In view of the legislation and the decisions made in Scott and Mahony, the Commissioner's view is that for a fund to be classified as a superannuation fund, it must exclusively provide a narrow range of benefits that are characterised by some specific future purpose. That is, the payment of superannuation benefits upon retirement, invalidity or death of the individual or as specified under the SIS Act.

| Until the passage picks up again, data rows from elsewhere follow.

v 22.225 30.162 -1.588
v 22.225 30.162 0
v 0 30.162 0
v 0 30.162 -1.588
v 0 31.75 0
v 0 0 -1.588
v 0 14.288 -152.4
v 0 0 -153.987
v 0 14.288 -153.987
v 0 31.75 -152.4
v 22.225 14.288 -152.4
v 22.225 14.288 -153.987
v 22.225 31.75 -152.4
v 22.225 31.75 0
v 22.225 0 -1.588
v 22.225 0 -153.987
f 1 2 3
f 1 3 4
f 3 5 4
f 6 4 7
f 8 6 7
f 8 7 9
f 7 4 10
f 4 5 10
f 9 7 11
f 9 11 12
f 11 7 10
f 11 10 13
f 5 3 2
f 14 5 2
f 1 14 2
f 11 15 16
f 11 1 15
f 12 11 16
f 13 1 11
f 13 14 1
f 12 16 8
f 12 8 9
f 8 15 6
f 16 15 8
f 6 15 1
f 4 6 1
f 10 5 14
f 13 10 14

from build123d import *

# Parameters (mm, degrees)
SKETCH1_W           = 22.225
SKETCH1_H           = 152.4
BOSS_EXTRUDE1_DEPTH = 31.75
SKETCH2_W           = 1.5875
SKETCH2_H           = 30.1625
CUT_EXTRUDE1_DEPTH  = 23.225
SKETCH3_W           = 1.5875
SKETCH3_H           = 14.2875
BOSS_EXTRUDE2_DEPTH = 22.225


with BuildPart() as part:
    # Sketch1 → Boss-Extrude1 (new body)
    with BuildSketch(Plane(origin=(0, 0, 0), x_dir=(1, 0, 0), z_dir=(0, 1, 0))):
        with Locations((11.1125, 76.2)):
            Rectangle(SKETCH1_W, SKETCH1_H)
    extrude(amount=BOSS_EXTRUDE1_DEPTH)

    # Sketch2 → Cut-Extrude1 (cut, through all)
    with BuildSketch(Plane(origin=(22.225, 0, 0), x_dir=(0, 0, -1), z_dir=(1, 0, 0))):
        with Locations((0.79375, 15.08125)):
            Rectangle(SKETCH2_W, SKETCH2_H)
    extrude(amount=-CUT_EXTRUDE1_DEPTH, mode=Mode.SUBTRACT)

    # Sketch3 → Boss-Extrude2 (add)
    with BuildSketch(Plane(origin=(22.225, 0, 0), x_dir=(0, 0, -1), z_dir=(1, 0, 0))):
        with Locations((153.19375, 7.14375)):
            Rectangle(SKETCH3_W, SKETCH3_H)
    extrude(amount=-BOSS_EXTRUDE2_DEPTH)


solid = part.part
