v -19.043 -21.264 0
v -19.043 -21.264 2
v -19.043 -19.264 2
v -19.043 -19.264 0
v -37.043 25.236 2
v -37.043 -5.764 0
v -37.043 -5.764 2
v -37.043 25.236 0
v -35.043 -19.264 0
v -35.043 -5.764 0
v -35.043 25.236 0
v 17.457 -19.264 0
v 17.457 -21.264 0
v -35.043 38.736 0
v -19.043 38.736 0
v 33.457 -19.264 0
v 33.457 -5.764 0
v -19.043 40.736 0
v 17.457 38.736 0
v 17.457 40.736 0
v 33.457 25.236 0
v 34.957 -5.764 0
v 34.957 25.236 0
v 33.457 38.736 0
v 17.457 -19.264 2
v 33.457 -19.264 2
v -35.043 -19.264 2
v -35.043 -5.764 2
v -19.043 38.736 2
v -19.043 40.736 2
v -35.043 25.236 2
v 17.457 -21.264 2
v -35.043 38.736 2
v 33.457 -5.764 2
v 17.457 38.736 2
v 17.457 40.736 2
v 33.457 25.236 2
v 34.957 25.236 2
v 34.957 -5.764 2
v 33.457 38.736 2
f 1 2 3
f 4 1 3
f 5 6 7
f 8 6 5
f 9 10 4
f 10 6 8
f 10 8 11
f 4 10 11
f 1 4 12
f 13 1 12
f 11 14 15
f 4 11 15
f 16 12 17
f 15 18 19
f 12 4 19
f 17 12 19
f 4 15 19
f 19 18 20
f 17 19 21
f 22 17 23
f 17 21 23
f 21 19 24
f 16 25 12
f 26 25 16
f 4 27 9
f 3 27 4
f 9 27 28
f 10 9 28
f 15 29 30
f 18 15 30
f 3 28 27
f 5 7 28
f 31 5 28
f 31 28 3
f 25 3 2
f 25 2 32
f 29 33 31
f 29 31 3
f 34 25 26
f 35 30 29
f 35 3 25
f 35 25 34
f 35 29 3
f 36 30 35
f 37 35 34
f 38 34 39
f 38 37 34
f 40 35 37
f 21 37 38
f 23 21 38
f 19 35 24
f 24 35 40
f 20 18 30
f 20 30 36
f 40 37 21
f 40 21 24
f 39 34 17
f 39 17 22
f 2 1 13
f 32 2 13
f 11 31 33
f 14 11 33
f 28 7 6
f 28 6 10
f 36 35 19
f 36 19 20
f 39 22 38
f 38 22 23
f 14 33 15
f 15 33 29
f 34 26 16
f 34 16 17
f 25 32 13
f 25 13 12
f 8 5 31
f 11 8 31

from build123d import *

# Parameters (mm, degrees)
SKETCH_1_W          = 72
SKETCH_1_H          = 62
EXTRUDE_1_DEPTH     = 2
SKETCH_2_W          = 2
SKETCH_2_H          = 15.5
CUT_EXTRUDE_1_DEPTH = 3
SKETCH_3_W          = 18
SKETCH_3_H          = 2
CUT_EXTRUDE_2_DEPTH = 3


with BuildPart() as part:
    # ｽｹｯﾁ1 → ﾎﾞｽ - 押し出し1 (new body)
    with BuildSketch(Plane.XY):
        with Locations((-1.042641223, 9.736263736)):
            Rectangle(SKETCH_1_W, SKETCH_1_H)
    extrude(amount=EXTRUDE_1_DEPTH)

    # ｽｹｯﾁ2 → ｶｯﾄ - 押し出し1 (cut, through all)
    with BuildSketch(Plane.XY.offset(2)):
        with Locations((34.457358777, -13.513736264)):
            Rectangle(SKETCH_2_W, SKETCH_2_H)
        with Locations((34.457358777, 32.986263736)):
            Rectangle(SKETCH_2_W, SKETCH_2_H)
        with Locations((-36.042641223, 32.986263736)):
            Rectangle(SKETCH_2_W, SKETCH_2_H)
        with Locations((-36.042641223, -13.513736264)):
            Rectangle(SKETCH_2_W, SKETCH_2_H)
    extrude(amount=-CUT_EXTRUDE_1_DEPTH, mode=Mode.SUBTRACT)

    # ｽｹｯﾁ3 → ｶｯﾄ - 押し出し2 (cut, through all)
    with BuildSketch(Plane.XY.offset(2)):
        with Locations((-28.042641223, 39.736263736)):
            Rectangle(SKETCH_3_W, SKETCH_3_H)
        with Locations((26.457358777, 39.736263736)):
            Rectangle(SKETCH_3_W, SKETCH_3_H)
        with Locations((-28.042641223, -20.263736264)):
            Rectangle(SKETCH_3_W, SKETCH_3_H)
        with Locations((26.457358777, -20.263736264)):
            Rectangle(SKETCH_3_W, SKETCH_3_H)
    extrude(amount=-CUT_EXTRUDE_2_DEPTH, mode=Mode.SUBTRACT)


solid = part.part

In this case, the facts provided show that the foreign entity is a limited company in the overseas country in which it was established and not a superannuation fund as it is able to make dividend payments when a profit is made. Furthermore, the company was not established for the core purpose of providing benefits to a member when they retire from gainful employment or attaining a prescribed age or on the member's death. Therefore, the foreign entity is not a provident, benefit, superannuation or retirement fund.

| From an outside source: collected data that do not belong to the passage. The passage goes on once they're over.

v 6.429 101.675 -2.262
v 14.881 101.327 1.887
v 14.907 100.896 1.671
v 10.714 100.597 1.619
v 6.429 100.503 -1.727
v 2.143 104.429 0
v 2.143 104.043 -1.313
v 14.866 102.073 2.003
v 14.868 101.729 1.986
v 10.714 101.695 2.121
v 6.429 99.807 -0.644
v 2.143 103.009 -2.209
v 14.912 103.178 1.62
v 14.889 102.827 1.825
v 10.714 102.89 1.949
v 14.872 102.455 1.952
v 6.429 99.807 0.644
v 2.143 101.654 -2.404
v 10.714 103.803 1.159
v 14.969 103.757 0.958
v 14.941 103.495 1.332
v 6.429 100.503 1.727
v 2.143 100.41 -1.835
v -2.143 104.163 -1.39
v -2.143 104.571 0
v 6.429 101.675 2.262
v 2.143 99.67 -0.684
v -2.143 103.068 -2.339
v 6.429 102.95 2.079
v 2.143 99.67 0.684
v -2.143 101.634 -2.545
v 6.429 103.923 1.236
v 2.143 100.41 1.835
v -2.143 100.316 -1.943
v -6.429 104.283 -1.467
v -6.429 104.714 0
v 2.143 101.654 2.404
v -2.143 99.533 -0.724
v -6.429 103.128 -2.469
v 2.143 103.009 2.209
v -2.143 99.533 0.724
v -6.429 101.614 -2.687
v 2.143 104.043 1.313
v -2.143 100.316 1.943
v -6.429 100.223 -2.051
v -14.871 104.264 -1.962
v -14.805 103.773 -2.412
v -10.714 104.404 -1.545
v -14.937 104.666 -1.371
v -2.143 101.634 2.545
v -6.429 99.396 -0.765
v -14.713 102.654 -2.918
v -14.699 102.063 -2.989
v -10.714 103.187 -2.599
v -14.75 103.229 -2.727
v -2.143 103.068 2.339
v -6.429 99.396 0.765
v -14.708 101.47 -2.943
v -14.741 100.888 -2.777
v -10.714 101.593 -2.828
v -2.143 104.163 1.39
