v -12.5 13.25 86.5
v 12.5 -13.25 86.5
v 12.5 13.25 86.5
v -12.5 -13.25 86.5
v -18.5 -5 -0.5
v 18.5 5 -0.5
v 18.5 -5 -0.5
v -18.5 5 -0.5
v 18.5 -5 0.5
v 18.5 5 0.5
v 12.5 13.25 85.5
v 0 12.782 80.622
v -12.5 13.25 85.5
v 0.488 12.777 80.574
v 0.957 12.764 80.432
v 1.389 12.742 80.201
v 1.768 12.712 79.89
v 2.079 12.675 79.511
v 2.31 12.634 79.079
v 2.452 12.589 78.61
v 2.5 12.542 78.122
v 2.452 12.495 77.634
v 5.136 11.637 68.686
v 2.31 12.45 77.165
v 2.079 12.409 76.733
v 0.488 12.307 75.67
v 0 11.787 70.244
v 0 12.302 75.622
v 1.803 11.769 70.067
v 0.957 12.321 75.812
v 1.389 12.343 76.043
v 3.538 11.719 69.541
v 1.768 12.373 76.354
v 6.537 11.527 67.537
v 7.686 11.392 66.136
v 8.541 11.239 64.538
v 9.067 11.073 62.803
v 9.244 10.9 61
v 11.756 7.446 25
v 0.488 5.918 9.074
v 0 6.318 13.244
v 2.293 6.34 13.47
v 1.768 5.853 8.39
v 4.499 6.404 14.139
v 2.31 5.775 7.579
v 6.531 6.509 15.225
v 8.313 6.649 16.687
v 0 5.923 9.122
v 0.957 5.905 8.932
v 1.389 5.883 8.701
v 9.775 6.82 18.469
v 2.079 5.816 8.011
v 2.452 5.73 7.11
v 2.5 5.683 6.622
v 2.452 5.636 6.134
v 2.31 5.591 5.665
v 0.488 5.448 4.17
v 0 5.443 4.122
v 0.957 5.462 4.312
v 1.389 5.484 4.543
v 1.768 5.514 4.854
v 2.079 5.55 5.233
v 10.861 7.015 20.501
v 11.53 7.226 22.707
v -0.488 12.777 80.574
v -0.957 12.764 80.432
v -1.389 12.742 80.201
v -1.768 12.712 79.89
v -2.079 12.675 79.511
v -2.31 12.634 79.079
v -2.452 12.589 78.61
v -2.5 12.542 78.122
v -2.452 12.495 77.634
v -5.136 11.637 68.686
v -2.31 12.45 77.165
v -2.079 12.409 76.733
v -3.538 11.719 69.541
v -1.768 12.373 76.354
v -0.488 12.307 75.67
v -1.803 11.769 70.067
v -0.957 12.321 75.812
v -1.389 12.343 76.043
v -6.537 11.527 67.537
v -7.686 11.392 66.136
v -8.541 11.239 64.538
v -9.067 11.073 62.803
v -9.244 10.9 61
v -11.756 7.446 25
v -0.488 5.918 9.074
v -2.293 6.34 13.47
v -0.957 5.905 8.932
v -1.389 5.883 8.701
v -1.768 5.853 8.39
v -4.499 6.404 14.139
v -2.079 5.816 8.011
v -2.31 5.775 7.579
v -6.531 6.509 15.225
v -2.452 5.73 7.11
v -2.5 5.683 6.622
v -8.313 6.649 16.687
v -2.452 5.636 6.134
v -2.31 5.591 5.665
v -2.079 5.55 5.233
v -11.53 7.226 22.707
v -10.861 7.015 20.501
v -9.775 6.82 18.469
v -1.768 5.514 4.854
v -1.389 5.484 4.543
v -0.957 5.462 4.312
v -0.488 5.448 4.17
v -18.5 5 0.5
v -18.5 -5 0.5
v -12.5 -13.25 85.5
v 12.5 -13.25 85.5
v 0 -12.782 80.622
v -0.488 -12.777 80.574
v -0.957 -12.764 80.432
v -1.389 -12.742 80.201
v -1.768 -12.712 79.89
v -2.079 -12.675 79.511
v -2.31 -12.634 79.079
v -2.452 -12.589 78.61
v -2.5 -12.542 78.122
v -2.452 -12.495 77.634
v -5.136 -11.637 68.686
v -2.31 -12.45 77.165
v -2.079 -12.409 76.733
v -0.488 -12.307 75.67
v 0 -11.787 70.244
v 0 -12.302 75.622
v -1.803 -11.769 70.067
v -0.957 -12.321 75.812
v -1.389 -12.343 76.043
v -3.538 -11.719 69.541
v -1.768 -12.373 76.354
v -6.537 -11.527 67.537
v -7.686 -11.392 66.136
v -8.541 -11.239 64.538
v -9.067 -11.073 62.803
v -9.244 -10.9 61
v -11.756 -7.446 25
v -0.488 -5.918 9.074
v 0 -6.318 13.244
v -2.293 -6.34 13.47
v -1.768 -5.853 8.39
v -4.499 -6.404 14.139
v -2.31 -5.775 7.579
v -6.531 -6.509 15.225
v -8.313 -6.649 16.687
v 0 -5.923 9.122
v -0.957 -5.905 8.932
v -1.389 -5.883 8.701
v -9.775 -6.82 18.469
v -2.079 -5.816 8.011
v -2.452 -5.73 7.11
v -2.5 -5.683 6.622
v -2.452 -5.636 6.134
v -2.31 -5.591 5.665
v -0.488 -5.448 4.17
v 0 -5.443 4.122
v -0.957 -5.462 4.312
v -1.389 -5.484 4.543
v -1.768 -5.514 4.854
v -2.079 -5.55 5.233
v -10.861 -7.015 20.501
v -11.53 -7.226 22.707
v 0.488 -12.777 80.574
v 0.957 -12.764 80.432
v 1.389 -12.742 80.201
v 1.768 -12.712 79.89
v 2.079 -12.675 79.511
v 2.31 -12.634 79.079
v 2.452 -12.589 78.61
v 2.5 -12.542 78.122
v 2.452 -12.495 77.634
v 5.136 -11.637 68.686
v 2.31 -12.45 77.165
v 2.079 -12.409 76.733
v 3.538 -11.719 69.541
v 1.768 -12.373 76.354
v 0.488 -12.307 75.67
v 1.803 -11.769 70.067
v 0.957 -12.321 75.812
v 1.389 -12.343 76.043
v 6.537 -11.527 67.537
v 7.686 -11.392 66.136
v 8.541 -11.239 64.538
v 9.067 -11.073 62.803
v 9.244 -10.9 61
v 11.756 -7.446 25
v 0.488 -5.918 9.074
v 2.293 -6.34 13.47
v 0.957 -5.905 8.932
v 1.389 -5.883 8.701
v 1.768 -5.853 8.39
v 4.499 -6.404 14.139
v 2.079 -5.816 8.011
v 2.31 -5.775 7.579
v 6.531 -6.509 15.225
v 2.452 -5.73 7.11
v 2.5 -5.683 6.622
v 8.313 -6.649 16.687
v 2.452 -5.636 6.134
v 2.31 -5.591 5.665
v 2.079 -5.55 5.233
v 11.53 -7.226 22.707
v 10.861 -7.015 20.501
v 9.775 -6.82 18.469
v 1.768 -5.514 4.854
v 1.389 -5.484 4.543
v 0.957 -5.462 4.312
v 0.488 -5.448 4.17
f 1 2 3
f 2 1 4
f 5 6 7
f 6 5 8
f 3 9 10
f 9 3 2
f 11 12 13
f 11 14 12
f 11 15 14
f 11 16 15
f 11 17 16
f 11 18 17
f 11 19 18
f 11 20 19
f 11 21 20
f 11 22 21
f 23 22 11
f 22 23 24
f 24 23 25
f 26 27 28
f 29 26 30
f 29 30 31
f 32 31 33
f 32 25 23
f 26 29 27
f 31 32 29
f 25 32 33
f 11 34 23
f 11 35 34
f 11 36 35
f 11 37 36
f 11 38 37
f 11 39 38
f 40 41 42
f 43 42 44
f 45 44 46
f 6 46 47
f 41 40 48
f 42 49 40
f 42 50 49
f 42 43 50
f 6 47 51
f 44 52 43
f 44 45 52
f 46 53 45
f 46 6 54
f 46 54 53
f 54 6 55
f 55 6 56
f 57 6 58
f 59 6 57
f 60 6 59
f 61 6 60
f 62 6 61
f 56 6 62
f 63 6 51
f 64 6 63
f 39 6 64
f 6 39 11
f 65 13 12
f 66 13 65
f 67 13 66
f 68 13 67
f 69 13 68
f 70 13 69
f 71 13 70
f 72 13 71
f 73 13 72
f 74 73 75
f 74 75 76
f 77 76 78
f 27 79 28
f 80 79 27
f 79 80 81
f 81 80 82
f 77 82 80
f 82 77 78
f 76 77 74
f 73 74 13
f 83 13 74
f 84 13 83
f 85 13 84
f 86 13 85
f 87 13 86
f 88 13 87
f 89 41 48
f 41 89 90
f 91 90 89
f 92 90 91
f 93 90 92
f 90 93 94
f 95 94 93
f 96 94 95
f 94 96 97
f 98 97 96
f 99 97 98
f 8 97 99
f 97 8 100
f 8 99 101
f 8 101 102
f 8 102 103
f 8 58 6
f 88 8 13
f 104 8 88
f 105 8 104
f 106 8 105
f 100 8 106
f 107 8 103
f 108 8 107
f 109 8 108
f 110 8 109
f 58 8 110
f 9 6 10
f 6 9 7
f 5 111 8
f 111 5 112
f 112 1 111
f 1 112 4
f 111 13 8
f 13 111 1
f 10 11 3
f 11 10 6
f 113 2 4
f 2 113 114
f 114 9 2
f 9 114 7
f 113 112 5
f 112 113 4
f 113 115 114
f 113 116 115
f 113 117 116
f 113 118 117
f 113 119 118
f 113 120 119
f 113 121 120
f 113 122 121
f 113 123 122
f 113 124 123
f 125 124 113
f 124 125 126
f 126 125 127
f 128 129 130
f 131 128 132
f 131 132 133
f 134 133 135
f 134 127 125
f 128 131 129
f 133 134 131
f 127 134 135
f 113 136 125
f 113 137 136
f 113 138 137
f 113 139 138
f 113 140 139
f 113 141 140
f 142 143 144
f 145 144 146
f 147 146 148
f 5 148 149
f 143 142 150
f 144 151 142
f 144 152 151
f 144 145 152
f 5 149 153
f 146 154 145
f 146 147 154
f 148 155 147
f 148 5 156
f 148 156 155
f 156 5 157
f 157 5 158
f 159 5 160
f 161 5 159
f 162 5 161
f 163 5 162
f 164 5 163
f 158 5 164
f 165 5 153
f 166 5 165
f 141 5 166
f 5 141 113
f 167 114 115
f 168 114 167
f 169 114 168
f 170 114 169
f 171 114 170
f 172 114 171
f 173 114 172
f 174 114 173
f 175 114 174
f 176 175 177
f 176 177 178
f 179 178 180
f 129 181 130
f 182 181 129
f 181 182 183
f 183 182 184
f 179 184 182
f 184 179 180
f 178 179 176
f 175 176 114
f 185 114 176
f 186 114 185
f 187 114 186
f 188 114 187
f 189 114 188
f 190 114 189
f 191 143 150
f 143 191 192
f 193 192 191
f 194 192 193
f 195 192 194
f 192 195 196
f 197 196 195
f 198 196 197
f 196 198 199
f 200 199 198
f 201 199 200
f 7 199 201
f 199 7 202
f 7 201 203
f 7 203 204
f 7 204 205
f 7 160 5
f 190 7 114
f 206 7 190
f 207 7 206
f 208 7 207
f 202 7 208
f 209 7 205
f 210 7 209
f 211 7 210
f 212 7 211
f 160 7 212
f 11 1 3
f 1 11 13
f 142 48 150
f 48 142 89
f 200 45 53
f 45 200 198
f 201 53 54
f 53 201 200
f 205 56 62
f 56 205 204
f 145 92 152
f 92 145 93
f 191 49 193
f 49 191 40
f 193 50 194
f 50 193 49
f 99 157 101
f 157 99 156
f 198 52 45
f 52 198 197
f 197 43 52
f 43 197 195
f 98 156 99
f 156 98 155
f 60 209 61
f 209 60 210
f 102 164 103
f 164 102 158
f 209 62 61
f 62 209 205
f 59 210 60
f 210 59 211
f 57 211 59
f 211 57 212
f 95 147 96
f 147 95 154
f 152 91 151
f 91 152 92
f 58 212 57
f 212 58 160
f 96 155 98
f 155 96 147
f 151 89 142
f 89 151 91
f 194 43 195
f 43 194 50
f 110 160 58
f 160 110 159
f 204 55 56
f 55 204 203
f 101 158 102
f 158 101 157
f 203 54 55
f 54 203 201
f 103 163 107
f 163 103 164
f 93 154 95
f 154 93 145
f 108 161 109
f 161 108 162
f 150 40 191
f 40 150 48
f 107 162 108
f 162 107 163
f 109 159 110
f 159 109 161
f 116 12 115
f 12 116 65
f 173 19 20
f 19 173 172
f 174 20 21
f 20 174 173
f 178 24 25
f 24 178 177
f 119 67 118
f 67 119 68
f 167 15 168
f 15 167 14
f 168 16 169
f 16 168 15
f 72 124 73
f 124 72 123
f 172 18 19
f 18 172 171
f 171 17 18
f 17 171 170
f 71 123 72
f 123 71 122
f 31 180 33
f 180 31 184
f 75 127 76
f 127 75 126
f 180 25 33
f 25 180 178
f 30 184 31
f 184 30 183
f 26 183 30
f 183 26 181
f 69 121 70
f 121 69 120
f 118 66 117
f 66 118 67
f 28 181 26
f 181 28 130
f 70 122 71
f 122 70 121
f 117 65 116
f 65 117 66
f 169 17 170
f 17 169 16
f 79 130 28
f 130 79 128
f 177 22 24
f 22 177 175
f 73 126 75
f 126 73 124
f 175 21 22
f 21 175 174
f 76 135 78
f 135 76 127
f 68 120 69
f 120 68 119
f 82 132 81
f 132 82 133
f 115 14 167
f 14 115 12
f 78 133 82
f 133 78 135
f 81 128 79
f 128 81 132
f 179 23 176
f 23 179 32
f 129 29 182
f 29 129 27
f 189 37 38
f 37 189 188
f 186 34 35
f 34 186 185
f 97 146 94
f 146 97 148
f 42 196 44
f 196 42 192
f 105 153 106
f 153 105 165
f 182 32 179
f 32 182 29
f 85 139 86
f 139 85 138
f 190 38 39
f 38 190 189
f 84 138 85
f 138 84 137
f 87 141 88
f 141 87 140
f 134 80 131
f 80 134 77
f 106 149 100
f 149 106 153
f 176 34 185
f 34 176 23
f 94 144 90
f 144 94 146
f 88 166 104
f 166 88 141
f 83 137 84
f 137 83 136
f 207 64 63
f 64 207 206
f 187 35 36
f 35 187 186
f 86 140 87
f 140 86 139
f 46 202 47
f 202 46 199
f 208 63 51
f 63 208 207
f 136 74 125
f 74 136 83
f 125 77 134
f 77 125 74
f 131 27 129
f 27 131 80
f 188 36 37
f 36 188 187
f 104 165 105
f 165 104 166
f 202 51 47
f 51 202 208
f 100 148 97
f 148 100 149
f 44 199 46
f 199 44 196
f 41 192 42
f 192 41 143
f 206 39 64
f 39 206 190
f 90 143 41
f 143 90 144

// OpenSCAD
/*
Parameterized IKEA Samla Wedge NG
Copyright (C) 2024  nomike[AT]nomike[DOT]com

This program is free software: you can redistribute it and/or modify
it under the terms of the GNU General Public License as published by
the Free Software Foundation, either version 3 of the License, or
(at your option) any later version.

This program is distributed in the hope that it will be useful,
but WITHOUT ANY WARRANTY; without even the implied warranty of
MERCHANTABILITY or FITNESS FOR A PARTICULAR PURPOSE.  See the
GNU General Public License for more details.

You should have received a copy of the GNU General Public License
along with this program.  If not, see <http://www.gnu.org/licenses/>.
*/

// Parameterized IKEA Samla Wedge NG
// created by nomike
// licensed under GPLv3
// created by iggy 
// licensed under CC BY-SA (https://creativecommons.org/licenses/by-sa/4.0/)
// remixed from https://www.thingiverse.com/thing:479007 by Dvogonen


total_height = 87;
bottom_x = 37;
bottom_y = 10;
top_x = 25;
top_y = 26.5;
// Holes for putting zip-ties through
hole_diameter = 5;
// gap between the top/bottom surface and the rim of the oval cutout
oval_z_offset = 25;
// gap between the sides and the oval cutout; Set to something big to remove the cutout completely
oval_y_offset = 10;

/* [Hidden] */
x = 12;

_calculated_height = total_height - 1;
_bottom_oval_z_offset = oval_z_offset;
_top_oval_z_offset_from_top = _calculated_height - oval_z_offset;
_wide_z_offset = _calculated_height;
_oval_top_diameter = bottom_x - (((_wide_z_offset - oval_z_offset)/_calculated_height)*(bottom_x - top_x)) - oval_y_offset;
_oval_bottom_diameter = bottom_x - ((oval_z_offset/_calculated_height)*(bottom_x - top_x)) - oval_y_offset;

_bottom_hole_offset = (_bottom_oval_z_offset - (_oval_bottom_diameter / 2)) / 2;
_top_hole_offset = _top_oval_z_offset_from_top + ((_calculated_height  
- _top_oval_z_offset_from_top) / 2) + (_oval_top_diameter / 4);

difference (){
    color("green") hull(){
        cube([bottom_x,bottom_y,1],center=true);
        translate([0,0,_wide_z_offset]) cube([top_x,top_y,1],center=true);
    }

    color("red") translate([0,0,_bottom_hole_offset]) rotate([90,0,0]) cylinder(d=hole_diameter,h=top_y,center=true,$fn=32);
    color("blue") translate([0,0,_top_hole_offset]) rotate([90,0,0]) cylinder(d=hole_diameter,h=top_y+10,center=true,$fn=32);
    color("magenta") hull(){
        translate([0,0, _bottom_oval_z_offset]) rotate([90,0,0]) cylinder(d=_oval_bottom_diameter,h=top_y,center=true,$fn=32);
        translate([0,0, _top_oval_z_offset_from_top]) rotate([90,0,0]) cylinder(d=_oval_top_diameter,h=top_y,center=true,$fn=32);
    }
}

Accordingly, the foreign entity is not a superannuation fund under subsection 10(1) of the SIS Act.
Subsection 295-95(2) of the ITAA 1997 provides that:
A *superannuation fund is an Australian superannuation fund at a time, and for the income year in which that time occurs, if:
(a) the fund was established in Australia, or any asset of the fund is situated in Australia at that time; and
(b) at that time, the central management and control of the fund is ordinarily in Australia; and
(c) at that time either the fund had no member covered by subsection (3) (an active member) or at least 50% of:
(i) the total *market value of the fund's assets attributable to *superannuation interests held by active members; or
(ii) the sum of the amounts that would be payable to or in respect of active members if they voluntarily ceased to be members;
is attributable to superannuation interests held by active members who are Australian residents.
In this case, your client holds an interest in the foreign entity which is not a superannuation fund under subsection 10(1) of the SIS Act as it is not a provident, benefit, superannuation or retirement fund and nor is it a public sector superannuation fund. Furthermore, the fact that it is a limited company in an overseas country whose assets are owned by shareholders suggests that and the foreign entity is not an Australian superannuation fund as defined in subsection 295-95(2) of the ITAA 1997.
Based on the information provided, the Commissioner considers that the foreign entity does not satisfy the definition of a foreign superannuation fund under subsection 995-1(1).